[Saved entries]
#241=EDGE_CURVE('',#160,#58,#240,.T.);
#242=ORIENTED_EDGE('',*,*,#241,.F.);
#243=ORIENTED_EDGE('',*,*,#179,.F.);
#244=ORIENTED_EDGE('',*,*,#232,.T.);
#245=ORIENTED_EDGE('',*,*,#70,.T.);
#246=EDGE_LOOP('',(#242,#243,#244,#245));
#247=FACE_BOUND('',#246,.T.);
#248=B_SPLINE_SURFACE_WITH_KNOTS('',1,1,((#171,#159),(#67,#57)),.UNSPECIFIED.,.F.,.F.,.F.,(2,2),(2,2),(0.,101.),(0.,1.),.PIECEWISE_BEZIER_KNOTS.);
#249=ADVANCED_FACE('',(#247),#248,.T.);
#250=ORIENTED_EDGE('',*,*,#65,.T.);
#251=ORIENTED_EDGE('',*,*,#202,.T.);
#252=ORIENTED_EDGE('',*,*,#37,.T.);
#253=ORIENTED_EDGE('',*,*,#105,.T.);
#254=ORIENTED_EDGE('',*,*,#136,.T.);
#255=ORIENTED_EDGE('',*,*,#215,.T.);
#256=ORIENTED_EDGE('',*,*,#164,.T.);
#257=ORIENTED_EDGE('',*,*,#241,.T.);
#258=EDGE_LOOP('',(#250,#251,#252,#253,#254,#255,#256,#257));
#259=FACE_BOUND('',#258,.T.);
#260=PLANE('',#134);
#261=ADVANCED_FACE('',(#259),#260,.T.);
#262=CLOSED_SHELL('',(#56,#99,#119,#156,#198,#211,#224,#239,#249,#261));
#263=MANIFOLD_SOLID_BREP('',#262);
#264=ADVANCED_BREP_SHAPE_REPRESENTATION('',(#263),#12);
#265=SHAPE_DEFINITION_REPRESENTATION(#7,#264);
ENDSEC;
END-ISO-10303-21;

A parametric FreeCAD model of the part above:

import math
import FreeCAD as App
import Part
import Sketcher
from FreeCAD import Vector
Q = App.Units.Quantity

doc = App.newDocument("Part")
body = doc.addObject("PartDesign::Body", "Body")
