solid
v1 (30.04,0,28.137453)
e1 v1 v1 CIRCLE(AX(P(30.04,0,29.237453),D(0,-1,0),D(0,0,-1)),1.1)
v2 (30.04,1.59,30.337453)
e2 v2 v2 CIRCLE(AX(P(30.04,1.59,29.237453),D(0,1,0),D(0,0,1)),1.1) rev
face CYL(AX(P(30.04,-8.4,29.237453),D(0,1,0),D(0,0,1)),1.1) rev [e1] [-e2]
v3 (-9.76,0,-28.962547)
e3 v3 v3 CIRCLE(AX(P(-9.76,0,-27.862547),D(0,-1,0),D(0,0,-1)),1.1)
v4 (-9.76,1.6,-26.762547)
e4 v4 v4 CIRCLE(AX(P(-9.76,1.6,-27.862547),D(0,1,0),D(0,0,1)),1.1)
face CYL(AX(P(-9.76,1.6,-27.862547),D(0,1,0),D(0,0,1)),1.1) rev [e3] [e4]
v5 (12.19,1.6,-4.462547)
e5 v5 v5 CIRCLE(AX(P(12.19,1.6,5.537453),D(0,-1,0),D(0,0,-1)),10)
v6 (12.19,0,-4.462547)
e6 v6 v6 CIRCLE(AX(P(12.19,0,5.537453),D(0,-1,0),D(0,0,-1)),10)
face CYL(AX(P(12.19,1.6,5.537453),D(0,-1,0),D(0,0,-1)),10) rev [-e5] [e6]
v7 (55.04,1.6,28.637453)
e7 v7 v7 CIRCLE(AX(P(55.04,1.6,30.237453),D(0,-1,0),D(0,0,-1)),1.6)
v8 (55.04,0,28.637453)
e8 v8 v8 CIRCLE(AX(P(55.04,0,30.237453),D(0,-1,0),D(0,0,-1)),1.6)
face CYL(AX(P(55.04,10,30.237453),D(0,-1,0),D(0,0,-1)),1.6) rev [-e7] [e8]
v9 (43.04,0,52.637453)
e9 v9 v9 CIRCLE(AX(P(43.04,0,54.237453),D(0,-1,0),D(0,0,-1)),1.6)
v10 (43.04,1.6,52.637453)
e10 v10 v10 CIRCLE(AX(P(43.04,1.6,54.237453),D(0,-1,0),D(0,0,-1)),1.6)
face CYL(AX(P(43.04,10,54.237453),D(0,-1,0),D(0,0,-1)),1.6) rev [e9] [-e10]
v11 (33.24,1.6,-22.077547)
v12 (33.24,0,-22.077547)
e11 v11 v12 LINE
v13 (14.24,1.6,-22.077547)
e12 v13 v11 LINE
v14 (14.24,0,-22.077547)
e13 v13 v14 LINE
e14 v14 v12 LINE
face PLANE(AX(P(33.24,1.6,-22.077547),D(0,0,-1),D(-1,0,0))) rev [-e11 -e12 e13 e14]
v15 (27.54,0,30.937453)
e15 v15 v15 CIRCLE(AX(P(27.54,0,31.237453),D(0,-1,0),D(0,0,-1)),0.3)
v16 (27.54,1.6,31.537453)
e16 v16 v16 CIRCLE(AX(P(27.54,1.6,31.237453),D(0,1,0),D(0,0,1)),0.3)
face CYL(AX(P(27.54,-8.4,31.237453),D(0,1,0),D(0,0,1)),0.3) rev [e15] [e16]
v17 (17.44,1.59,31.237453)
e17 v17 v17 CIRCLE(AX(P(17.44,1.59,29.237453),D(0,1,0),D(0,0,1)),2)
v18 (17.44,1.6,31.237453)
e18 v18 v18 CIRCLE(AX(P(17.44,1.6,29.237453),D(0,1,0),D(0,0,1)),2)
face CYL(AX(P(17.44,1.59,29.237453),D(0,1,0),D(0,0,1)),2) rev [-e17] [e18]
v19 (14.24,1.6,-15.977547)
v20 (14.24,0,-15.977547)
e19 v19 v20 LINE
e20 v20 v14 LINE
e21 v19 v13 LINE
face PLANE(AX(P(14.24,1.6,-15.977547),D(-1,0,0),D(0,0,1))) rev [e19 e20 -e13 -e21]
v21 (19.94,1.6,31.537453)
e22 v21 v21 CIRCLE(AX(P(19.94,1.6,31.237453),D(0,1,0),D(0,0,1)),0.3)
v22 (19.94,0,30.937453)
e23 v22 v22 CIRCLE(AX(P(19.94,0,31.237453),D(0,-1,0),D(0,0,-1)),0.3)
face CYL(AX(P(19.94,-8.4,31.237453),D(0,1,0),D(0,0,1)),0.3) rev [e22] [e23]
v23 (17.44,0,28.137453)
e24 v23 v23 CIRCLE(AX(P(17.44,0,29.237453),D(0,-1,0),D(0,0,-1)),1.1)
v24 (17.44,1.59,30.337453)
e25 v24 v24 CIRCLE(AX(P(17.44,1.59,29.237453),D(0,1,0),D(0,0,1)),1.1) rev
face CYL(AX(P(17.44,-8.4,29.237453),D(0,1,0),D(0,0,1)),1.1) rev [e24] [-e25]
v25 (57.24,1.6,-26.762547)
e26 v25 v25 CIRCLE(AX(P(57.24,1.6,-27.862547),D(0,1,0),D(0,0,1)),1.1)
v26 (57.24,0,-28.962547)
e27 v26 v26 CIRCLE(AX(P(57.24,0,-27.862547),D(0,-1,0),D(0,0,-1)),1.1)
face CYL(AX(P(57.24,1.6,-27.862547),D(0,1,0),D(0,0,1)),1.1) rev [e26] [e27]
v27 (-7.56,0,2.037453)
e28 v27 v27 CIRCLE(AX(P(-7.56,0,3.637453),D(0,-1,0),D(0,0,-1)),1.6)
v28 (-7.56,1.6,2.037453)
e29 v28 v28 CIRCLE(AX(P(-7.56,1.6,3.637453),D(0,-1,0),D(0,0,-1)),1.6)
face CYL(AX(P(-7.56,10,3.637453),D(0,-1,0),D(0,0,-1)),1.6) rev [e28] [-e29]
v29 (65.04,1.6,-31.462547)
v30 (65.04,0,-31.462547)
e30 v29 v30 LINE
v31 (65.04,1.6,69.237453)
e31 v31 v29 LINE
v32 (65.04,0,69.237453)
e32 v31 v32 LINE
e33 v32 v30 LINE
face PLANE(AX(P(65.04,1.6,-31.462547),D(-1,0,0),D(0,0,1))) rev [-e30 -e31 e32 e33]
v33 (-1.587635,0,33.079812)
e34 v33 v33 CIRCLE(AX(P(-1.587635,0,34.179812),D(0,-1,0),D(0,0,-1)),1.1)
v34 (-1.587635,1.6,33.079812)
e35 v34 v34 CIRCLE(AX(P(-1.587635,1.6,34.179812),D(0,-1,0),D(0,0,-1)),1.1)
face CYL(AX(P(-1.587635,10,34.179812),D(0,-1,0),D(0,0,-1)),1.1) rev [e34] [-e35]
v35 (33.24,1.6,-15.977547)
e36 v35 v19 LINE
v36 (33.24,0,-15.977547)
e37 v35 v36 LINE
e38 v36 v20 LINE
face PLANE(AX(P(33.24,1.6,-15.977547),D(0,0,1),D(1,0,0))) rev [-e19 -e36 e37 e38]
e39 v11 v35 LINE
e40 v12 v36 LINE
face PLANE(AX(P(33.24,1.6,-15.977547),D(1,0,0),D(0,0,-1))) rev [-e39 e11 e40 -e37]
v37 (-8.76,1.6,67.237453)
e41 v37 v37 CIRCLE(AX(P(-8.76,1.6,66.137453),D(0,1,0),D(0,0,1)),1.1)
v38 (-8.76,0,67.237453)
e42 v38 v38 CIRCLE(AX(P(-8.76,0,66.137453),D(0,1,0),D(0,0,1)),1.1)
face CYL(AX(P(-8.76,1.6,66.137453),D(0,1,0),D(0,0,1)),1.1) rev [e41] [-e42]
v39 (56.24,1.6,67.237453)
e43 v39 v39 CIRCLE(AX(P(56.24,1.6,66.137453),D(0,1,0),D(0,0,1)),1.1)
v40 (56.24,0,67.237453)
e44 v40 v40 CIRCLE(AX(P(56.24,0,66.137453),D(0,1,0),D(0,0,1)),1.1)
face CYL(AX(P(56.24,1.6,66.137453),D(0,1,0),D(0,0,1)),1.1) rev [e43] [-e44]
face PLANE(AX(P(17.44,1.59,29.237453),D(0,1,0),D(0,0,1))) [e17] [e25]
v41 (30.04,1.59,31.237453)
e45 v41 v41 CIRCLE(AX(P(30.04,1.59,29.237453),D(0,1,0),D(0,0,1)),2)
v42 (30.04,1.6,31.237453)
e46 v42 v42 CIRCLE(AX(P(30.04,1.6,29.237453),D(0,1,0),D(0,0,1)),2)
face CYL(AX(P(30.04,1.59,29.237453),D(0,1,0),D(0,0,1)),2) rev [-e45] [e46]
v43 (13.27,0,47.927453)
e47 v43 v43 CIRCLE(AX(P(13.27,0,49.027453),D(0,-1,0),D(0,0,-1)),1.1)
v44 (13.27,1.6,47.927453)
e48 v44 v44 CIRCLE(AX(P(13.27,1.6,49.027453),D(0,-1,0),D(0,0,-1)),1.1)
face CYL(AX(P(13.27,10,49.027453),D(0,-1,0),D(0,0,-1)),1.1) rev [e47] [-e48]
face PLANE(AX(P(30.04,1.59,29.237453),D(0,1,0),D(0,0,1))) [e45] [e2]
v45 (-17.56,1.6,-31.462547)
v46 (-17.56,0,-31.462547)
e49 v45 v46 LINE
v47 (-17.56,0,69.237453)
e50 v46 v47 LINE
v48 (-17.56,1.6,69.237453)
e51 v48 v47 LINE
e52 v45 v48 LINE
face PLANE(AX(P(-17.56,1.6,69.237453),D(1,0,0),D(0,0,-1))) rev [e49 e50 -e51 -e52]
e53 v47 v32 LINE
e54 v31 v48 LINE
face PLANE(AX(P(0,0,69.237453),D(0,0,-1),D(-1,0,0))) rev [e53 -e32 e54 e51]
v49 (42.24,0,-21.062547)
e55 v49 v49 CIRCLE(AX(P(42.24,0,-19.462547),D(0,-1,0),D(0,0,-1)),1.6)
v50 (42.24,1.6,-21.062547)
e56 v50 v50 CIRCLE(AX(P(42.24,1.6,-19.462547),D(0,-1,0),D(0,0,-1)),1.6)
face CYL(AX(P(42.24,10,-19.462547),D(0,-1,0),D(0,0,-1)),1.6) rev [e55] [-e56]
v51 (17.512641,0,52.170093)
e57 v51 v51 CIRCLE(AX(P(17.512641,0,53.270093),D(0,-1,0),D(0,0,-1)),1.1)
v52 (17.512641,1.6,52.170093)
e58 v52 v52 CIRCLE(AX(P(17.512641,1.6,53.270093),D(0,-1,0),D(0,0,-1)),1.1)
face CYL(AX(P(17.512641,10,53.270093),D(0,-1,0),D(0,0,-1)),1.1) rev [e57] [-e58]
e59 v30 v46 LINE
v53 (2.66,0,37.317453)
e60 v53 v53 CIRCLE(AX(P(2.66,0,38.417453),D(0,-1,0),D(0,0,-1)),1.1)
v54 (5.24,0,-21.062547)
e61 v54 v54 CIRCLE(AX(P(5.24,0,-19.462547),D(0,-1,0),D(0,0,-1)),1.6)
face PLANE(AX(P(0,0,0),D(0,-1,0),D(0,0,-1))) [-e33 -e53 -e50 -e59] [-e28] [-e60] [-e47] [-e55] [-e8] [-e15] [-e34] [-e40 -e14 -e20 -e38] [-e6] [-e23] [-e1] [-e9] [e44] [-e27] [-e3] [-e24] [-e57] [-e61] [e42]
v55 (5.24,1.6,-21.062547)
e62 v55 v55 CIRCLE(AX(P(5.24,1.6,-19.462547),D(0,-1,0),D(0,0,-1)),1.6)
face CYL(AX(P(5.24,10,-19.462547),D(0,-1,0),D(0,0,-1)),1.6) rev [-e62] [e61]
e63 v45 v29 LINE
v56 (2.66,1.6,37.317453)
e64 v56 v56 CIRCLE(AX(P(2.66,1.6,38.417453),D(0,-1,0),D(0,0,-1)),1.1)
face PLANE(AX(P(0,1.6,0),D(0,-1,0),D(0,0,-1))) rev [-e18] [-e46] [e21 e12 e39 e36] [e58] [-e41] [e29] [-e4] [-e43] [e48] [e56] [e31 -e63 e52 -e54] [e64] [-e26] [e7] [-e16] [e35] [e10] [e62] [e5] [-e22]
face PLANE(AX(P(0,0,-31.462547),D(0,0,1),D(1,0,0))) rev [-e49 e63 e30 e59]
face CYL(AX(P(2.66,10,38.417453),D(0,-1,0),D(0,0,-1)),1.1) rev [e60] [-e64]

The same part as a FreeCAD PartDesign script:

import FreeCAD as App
import Part
import Sketcher
from FreeCAD import Vector


def add_polygon(sketch, points):
    """Adds a closed chain of lines whose ends are joined by coincident constraints."""
    first, n = sketch.GeometryCount, len(points)
    for a, b in zip(points, points[1:] + points[:1]):
        sketch.addGeometry(Part.LineSegment(App.Vector(*a, 0), App.Vector(*b, 0)), False)
    for i in range(n):
        sketch.addConstraint(Sketcher.Constraint("Coincident", first + i, 2, first + (i + 1) % n, 1))

doc = App.newDocument("Part")
body = doc.addObject("PartDesign::Body", "Body")

# Sketch on XZ plane
sketch1 = body.newObject("Sketcher::SketchObject", "Sketch")
sketch1.AttachmentSupport = (doc.getObject("XZ_Plane"), [""])
sketch1.MapMode = "FlatFace"
add_polygon(sketch1, [(65, 70), (65, -30), (-18, -30), (-18, 70)])  # lines 0-3
sketch1.addConstraint(Sketcher.Constraint("Vertical", 0))
sketch1.addConstraint(Sketcher.Constraint("Horizontal", 1))
sketch1.addConstraint(Sketcher.Constraint("Vertical", 2))
sketch1.addConstraint(Sketcher.Constraint("Horizontal", 3))
sketch1.addConstraint(Sketcher.Constraint("DistanceX", 1, 2, 1, 1, 83.0))
sketch1.addConstraint(Sketcher.Constraint("DistanceY", 0, 2, 0, 1, 100.0))
sketch1.addConstraint(Sketcher.Constraint("DistanceX", -1, 1, 0, 2, 65.24))
sketch1.addConstraint(Sketcher.Constraint("DistanceY", 0, 2, -1, 1, 29.862547))
pad1 = body.newObject("PartDesign::Pad", "Pad")
pad1.Profile = sketch1
pad1.Length = 1.6
pad1.Reversed = True

# Sketch on XZ plane
sketch2 = body.newObject("Sketcher::SketchObject", "Sketch001")
sketch2.AttachmentSupport = (doc.getObject("XZ_Plane"), [""])
sketch2.MapMode = "FlatFace"
sketch2.AttachmentOffset = App.Placement(Vector(0, 0, -1.6), App.Rotation())
sketch2.addGeometry(Part.Circle(Vector(57.2, -27.9, 0), Vector(0, 0, 1), 1.1), False)
sketch2.addGeometry(Part.Circle(Vector(-9.8, -27.9, 0), Vector(0, 0, 1), 1.1), False)
sketch2.addConstraint(Sketcher.Constraint("Equal", 0, 1))
sketch2.addConstraint(Sketcher.Constraint("Horizontal", 0, 3, 1, 3))
sketch2.addConstraint(Sketcher.Constraint("Diameter", 0, 2.2))
sketch2.addConstraint(Sketcher.Constraint("DistanceX", 1, 3, 0, 3, 67.0))
sketch2.addConstraint(Sketcher.Constraint("DistanceX", -1, 1, 0, 3, 57.24))
sketch2.addConstraint(Sketcher.Constraint("DistanceY", 0, 3, -1, 1, 27.862547))
doc.recompute()
hole = body.newObject("PartDesign::Hole", "Hole")
hole.Profile = sketch2
hole.ThreadType = "None"
hole.Diameter = 2.2
hole.DepthType = "Dimension"
hole.Depth = 5
hole.DrillPoint = "Flat"
hole.Reversed = True

# Sketch on XZ plane
sketch3 = body.newObject("Sketcher::SketchObject", "Sketch002")
sketch3.AttachmentSupport = (doc.getObject("XZ_Plane"), [""])
sketch3.MapMode = "FlatFace"
sketch3.addGeometry(Part.Circle(Vector(12, 6, 0), Vector(0, 0, 1), 10), False)
sketch3.addConstraint(Sketcher.Constraint("Diameter", 0, 20.0))
sketch3.addConstraint(Sketcher.Constraint("DistanceX", -1, 1, 0, 3, 12.19))
sketch3.addConstraint(Sketcher.Constraint("DistanceY", -1, 1, 0, 3, 5.537453))
pocket1 = body.newObject("PartDesign::Pocket", "Pocket")
pocket1.Profile = sketch3
pocket1.Type = "ThroughAll"

# Sketch on XZ plane
sketch4 = body.newObject("Sketcher::SketchObject", "Sketch003")
sketch4.AttachmentSupport = (doc.getObject("XZ_Plane"), [""])
sketch4.MapMode = "FlatFace"
add_polygon(sketch4, [(-17.8, 70.1), (-17.8, 67.6), (65.2, 67.6), (65.2, 70.1)])  # lines 0-3
sketch4.addConstraint(Sketcher.Constraint("Vertical", 0))
sketch4.addConstraint(Sketcher.Constraint("Horizontal", 1))
sketch4.addConstraint(Sketcher.Constraint("Vertical", 2))
sketch4.addConstraint(Sketcher.Constraint("Horizontal", 3))
sketch4.addConstraint(Sketcher.Constraint("DistanceX", 1, 1, 1, 2, 83.0))
sketch4.addConstraint(Sketcher.Constraint("DistanceY", 0, 2, 0, 1, 2.5))
sketch4.addConstraint(Sketcher.Constraint("DistanceX", 0, 2, -1, 1, 17.76))
sketch4.addConstraint(Sketcher.Constraint("DistanceY", -1, 1, 0, 2, 67.637453))
pocket2 = body.newObject("PartDesign::Pocket", "Pocket001")
pocket2.Profile = sketch4
pocket2.Type = "ThroughAll"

WHAT THE TASK ASKS —
Up to and including the line that contains "#260=PLANE('',#134);", restate word for word every line of the entries, starting from the first.

RESPONSE —
#241=EDGE_CURVE('',#160,#58,#240,.T.);
#242=ORIENTED_EDGE('',*,*,#241,.F.);
#243=ORIENTED_EDGE('',*,*,#179,.F.);
#244=ORIENTED_EDGE('',*,*,#232,.T.);
#245=ORIENTED_EDGE('',*,*,#70,.T.);
#246=EDGE_LOOP('',(#242,#243,#244,#245));
#247=FACE_BOUND('',#246,.T.);
#248=B_SPLINE_SURFACE_WITH_KNOTS('',1,1,((#171,#159),(#67,#57)),.UNSPECIFIED.,.F.,.F.,.F.,(2,2),(2,2),(0.,101.),(0.,1.),.PIECEWISE_BEZIER_KNOTS.);
#249=ADVANCED_FACE('',(#247),#248,.T.);
#250=ORIENTED_EDGE('',*,*,#65,.T.);
#251=ORIENTED_EDGE('',*,*,#202,.T.);
#252=ORIENTED_EDGE('',*,*,#37,.T.);
#253=ORIENTED_EDGE('',*,*,#105,.T.);
#254=ORIENTED_EDGE('',*,*,#136,.T.);
#255=ORIENTED_EDGE('',*,*,#215,.T.);
#256=ORIENTED_EDGE('',*,*,#164,.T.);
#257=ORIENTED_EDGE('',*,*,#241,.T.);
#258=EDGE_LOOP('',(#250,#251,#252,#253,#254,#255,#256,#257));
#259=FACE_BOUND('',#258,.T.);
#260=PLANE('',#134);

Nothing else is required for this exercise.